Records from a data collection
============================================================

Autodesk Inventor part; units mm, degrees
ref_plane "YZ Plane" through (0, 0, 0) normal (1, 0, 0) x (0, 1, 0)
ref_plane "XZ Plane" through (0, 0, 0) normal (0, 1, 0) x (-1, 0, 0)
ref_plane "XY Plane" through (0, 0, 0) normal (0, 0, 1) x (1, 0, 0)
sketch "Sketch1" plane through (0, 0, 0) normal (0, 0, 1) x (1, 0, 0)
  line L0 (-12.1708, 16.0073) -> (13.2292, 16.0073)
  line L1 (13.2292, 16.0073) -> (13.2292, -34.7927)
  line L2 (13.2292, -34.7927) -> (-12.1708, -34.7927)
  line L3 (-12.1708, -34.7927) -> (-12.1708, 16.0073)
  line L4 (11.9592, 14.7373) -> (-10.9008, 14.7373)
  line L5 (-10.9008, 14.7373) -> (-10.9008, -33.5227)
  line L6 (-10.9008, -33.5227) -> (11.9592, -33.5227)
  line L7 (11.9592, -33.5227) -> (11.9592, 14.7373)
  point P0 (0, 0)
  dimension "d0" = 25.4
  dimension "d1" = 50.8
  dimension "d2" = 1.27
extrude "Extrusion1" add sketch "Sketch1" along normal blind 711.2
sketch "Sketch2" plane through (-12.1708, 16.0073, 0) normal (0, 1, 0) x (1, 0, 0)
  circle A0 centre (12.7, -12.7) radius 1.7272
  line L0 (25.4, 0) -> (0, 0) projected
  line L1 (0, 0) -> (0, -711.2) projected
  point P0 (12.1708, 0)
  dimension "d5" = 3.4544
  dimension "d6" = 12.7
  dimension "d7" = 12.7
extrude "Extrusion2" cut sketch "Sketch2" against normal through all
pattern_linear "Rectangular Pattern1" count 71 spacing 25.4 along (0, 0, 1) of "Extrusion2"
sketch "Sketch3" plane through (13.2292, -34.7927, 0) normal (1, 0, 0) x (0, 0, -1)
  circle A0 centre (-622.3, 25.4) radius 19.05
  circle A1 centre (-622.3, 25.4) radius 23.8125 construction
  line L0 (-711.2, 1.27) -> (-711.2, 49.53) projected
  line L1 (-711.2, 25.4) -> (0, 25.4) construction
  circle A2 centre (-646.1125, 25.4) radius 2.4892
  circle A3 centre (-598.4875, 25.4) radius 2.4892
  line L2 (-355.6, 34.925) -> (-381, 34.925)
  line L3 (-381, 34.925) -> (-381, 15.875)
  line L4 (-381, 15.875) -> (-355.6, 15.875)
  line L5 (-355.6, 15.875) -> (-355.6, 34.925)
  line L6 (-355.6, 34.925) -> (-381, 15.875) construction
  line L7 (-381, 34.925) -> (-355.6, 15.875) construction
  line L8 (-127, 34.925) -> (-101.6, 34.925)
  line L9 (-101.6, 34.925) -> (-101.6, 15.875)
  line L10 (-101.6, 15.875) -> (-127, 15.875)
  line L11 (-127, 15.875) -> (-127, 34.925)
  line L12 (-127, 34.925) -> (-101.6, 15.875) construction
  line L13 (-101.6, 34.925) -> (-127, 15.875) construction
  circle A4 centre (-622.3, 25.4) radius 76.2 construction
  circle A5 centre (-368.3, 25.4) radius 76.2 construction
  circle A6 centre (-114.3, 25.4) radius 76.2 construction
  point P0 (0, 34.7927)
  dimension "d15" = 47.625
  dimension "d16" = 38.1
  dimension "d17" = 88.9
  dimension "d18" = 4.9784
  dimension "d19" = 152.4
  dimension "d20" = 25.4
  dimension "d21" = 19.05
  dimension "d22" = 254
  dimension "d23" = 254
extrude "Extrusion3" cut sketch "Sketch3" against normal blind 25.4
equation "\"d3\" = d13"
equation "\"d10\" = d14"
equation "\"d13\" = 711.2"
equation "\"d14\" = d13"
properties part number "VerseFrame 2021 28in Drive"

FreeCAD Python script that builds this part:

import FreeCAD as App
import Part
import Sketcher

V = App.Vector
Q = App.Units.Quantity

doc = App.newDocument("Part")
body = doc.addObject("PartDesign::Body", "Body")

sketch1 = body.newObject("Sketcher::SketchObject", "Sketch")
sketch1.AttachmentSupport = (doc.getObject("XY_Plane"), [""])
sketch1.MapMode = "FlatFace"
sketch1.addGeometry(Part.LineSegment(V(13, 16, 0), V(-12, 16, 0)), False)
sketch1.addGeometry(Part.LineSegment(V(-12, 16, 0), V(-12, -35, 0)), False)
sketch1.addGeometry(Part.LineSegment(V(-12, -35, 0), V(13, -35, 0)), False)
sketch1.addGeometry(Part.LineSegment(V(13, -35, 0), V(13, 16, 0)), False)
sketch1.addGeometry(Part.LineSegment(V(-11, 15, 0), V(12, 15, 0)), False)
sketch1.addGeometry(Part.LineSegment(V(12, 15, 0), V(12, -34, 0)), False)
sketch1.addGeometry(Part.LineSegment(V(12, -34, 0), V(-11, -34, 0)), False)
sketch1.addGeometry(Part.LineSegment(V(-11, -34, 0), V(-11, 15, 0)), False)
sketch1.addConstraint(Sketcher.Constraint("Coincident", 0, 2, 1, 1))
sketch1.addConstraint(Sketcher.Constraint("Coincident", 1, 2, 2, 1))
sketch1.addConstraint(Sketcher.Constraint("Coincident", 2, 2, 3, 1))
sketch1.addConstraint(Sketcher.Constraint("Coincident", 3, 2, 0, 1))
sketch1.addConstraint(Sketcher.Constraint("Coincident", 4, 2, 5, 1))
sketch1.addConstraint(Sketcher.Constraint("Coincident", 5, 2, 6, 1))
sketch1.addConstraint(Sketcher.Constraint("Coincident", 6, 2, 7, 1))
sketch1.addConstraint(Sketcher.Constraint("Coincident", 7, 2, 4, 1))
sketch1.addConstraint(Sketcher.Constraint("Horizontal", 0))
sketch1.addConstraint(Sketcher.Constraint("Vertical", 1))
sketch1.addConstraint(Sketcher.Constraint("Horizontal", 2))
sketch1.addConstraint(Sketcher.Constraint("Vertical", 3))
sketch1.addConstraint(Sketcher.Constraint("Horizontal", 4))
sketch1.addConstraint(Sketcher.Constraint("Vertical", 5))
sketch1.addConstraint(Sketcher.Constraint("Horizontal", 6))
sketch1.addConstraint(Sketcher.Constraint("Vertical", 7))
sketch1.addConstraint(Sketcher.Constraint("DistanceX", 0, 2, 0, 1, Q("1 in")))
sketch1.addConstraint(Sketcher.Constraint("DistanceY", 1, 2, 1, 1, Q("2 in")))
sketch1.addConstraint(Sketcher.Constraint("DistanceX", 4, 2, 3, 2, Q("0.05 in")))
sketch1.addConstraint(Sketcher.Constraint("DistanceY", 4, 2, 3, 2, Q("0.05 in")))
sketch1.addConstraint(Sketcher.Constraint("DistanceY", 2, 2, 5, 2, Q("0.05 in")))
sketch1.addConstraint(Sketcher.Constraint("DistanceX", 1, 2, 6, 2, Q("0.05 in")))
sketch1.addConstraint(Sketcher.Constraint("DistanceY", -1, 1, 0, 2, Q("0.6302 in")))
sketch1.addConstraint(Sketcher.Constraint("DistanceX", 0, 2, -1, 1, 12.1708))
pad1 = body.newObject("PartDesign::Pad", "Pad")
pad1.Profile = sketch1
pad1.Length = Q("28 in")

sketch2 = body.newObject("Sketcher::SketchObject", "Sketch001")
sketch2.AttachmentSupport = (doc.getObject("XZ_Plane"), [""])
sketch2.MapMode = "FlatFace"
sketch2.AttachmentOffset = App.Placement(V(0, 0, -0.6302087 * 25.4), App.Rotation())
sketch2.addGeometry(Part.Circle(V(0.5, 12.7, 0), V(0, 0, 1), 1.7), False)
sketch2.addConstraint(Sketcher.Constraint("Diameter", 0, Q("0.136 in")))
sketch2.addConstraint(Sketcher.Constraint("DistanceY", -1, 1, 0, 3, Q("0.5 in")))
sketch2.addConstraint(Sketcher.Constraint("DistanceX", -1, 1, 0, 3, 0.5292))
pocket1 = body.newObject("PartDesign::Pocket", "Pocket")
pocket1.Profile = sketch2
pocket1.Type = "ThroughAll"
pocket1.Reversed = True
doc.recompute()

linearpattern = body.newObject("PartDesign::LinearPattern", "LinearPattern")
linearpattern.Originals = [pocket1]
linearpattern.Direction = (doc.getObject("Z_Axis"), [""])
linearpattern.Mode = "offset"
linearpattern.Offset = Q("1 in")
linearpattern.Occurrences = 71
body.Tip = linearpattern

sketch3 = body.newObject("Sketcher::SketchObject", "Sketch002")
sketch3.AttachmentSupport = (doc.getObject("YZ_Plane"), [""])
sketch3.MapMode = "FlatFace"
sketch3.AttachmentOffset = App.Placement(V(0, 0, 13.2292), App.Rotation())
sketch3.addGeometry(Part.Circle(V(-9.4, 622.3, 0), V(0, 0, 1), 19.1), False)
sketch3.addGeometry(Part.Circle(V(-9.4, 646.1, 0), V(0, 0, 1), 2.5), False)
sketch3.addGeometry(Part.Circle(V(-9.4, 598.5, 0), V(0, 0, 1), 2.5), False)
sketch3.addGeometry(Part.LineSegment(V(-18.9, 355.6, 0), V(0.1, 355.6, 0)), False)
sketch3.addGeometry(Part.LineSegment(V(0.1, 355.6, 0), V(0.1, 381, 0)), False)
sketch3.addGeometry(Part.LineSegment(V(0.1, 381, 0), V(-18.9, 381, 0)), False)
sketch3.addGeometry(Part.LineSegment(V(-18.9, 381, 0), V(-18.9, 355.6, 0)), False)
sketch3.addGeometry(Part.LineSegment(V(0.1, 101.6, 0), V(0.1, 127, 0)), False)
sketch3.addGeometry(Part.LineSegment(V(0.1, 127, 0), V(-18.9, 127, 0)), False)
sketch3.addGeometry(Part.LineSegment(V(-18.9, 127, 0), V(-18.9, 101.6, 0)), False)
sketch3.addGeometry(Part.LineSegment(V(-18.9, 101.6, 0), V(0.1, 101.6, 0)), False)
sketch3.addConstraint(Sketcher.Constraint("Coincident", 3, 2, 4, 1))
sketch3.addConstraint(Sketcher.Constraint("Coincident", 4, 2, 5, 1))
sketch3.addConstraint(Sketcher.Constraint("Coincident", 5, 2, 6, 1))
sketch3.addConstraint(Sketcher.Constraint("Coincident", 6, 2, 3, 1))
sketch3.addConstraint(Sketcher.Constraint("Coincident", 7, 2, 8, 1))
sketch3.addConstraint(Sketcher.Constraint("Coincident", 8, 2, 9, 1))
sketch3.addConstraint(Sketcher.Constraint("Coincident", 9, 2, 10, 1))
sketch3.addConstraint(Sketcher.Constraint("Coincident", 10, 2, 7, 1))
sketch3.addConstraint(Sketcher.Constraint("Horizontal", 3))
sketch3.addConstraint(Sketcher.Constraint("Vertical", 4))
sketch3.addConstraint(Sketcher.Constraint("Horizontal", 5))
sketch3.addConstraint(Sketcher.Constraint("Vertical", 6))
sketch3.addConstraint(Sketcher.Constraint("Vertical", 7))
sketch3.addConstraint(Sketcher.Constraint("Horizontal", 8))
sketch3.addConstraint(Sketcher.Constraint("Vertical", 9))
sketch3.addConstraint(Sketcher.Constraint("Horizontal", 10))
sketch3.addConstraint(Sketcher.Constraint("Equal", 1, 2))
sketch3.addConstraint(Sketcher.Constraint("Vertical", 0, 3, 1, 3))
sketch3.addConstraint(Sketcher.Constraint("Vertical", 1, 3, 2, 3))
sketch3.addConstraint(Sketcher.Constraint("Vertical", 4, 2, 7, 2))
sketch3.addConstraint(Sketcher.Constraint("Vertical", 6, 2, 8, 2))
sketch3.addConstraint(Sketcher.Constraint("Equal", 6, 7))
sketch3.addConstraint(Sketcher.Constraint("Diameter", 0, Q("1.5 in")))
sketch3.addConstraint(Sketcher.Constraint("DistanceY", 4, 1, 4, 2, Q("1 in")))
sketch3.addConstraint(Sketcher.Constraint("Diameter", 1, Q("0.196 in")))
sketch3.addConstraint(Sketcher.Constraint("DistanceY", 7, 2, 4, 2, Q("10 in")))
sketch3.addConstraint(Sketcher.Constraint("DistanceX", 3, 1, 3, 2, Q("0.75 in")))
sketch3.addConstraint(Sketcher.Constraint("DistanceY", -1, 1, 3, 2, Q("14 in")))
sketch3.addConstraint(Sketcher.Constraint("DistanceY", 2, 3, 1, 3, Q("1.875 in")))
sketch3.addConstraint(Sketcher.Constraint("DistanceY", -1, 1, 0, 3, Q("24.5 in")))
sketch3.addConstraint(Sketcher.Constraint("DistanceY", -1, 1, 1, 3, Q("25.4375 in")))
sketch3.addConstraint(Sketcher.Constraint("DistanceX", 2, 3, 3, 2, Q("0.375 in")))
sketch3.addConstraint(Sketcher.Constraint("DistanceX", 0, 3, -1, 1, Q("0.3698 in")))
pocket2 = body.newObject("PartDesign::Pocket", "Pocket001")
pocket2.Profile = sketch3
pocket2.Length = Q("1 in")

doc.recompute()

============================================================

Exercise objective
Give back exactly the lines above starting at the line where "circle A0 centre (12.7, -12.7)" appears and ending at the line where "normal through all" appears, both included, with no other lines.

Written solution
  circle A0 centre (12.7, -12.7) radius 1.7272
  line L0 (25.4, 0) -> (0, 0) projected
  line L1 (0, 0) -> (0, -711.2) projected
  point P0 (12.1708, 0)
  dimension "d5" = 3.4544
  dimension "d6" = 12.7
  dimension "d7" = 12.7
extrude "Extrusion2" cut sketch "Sketch2" against normal through all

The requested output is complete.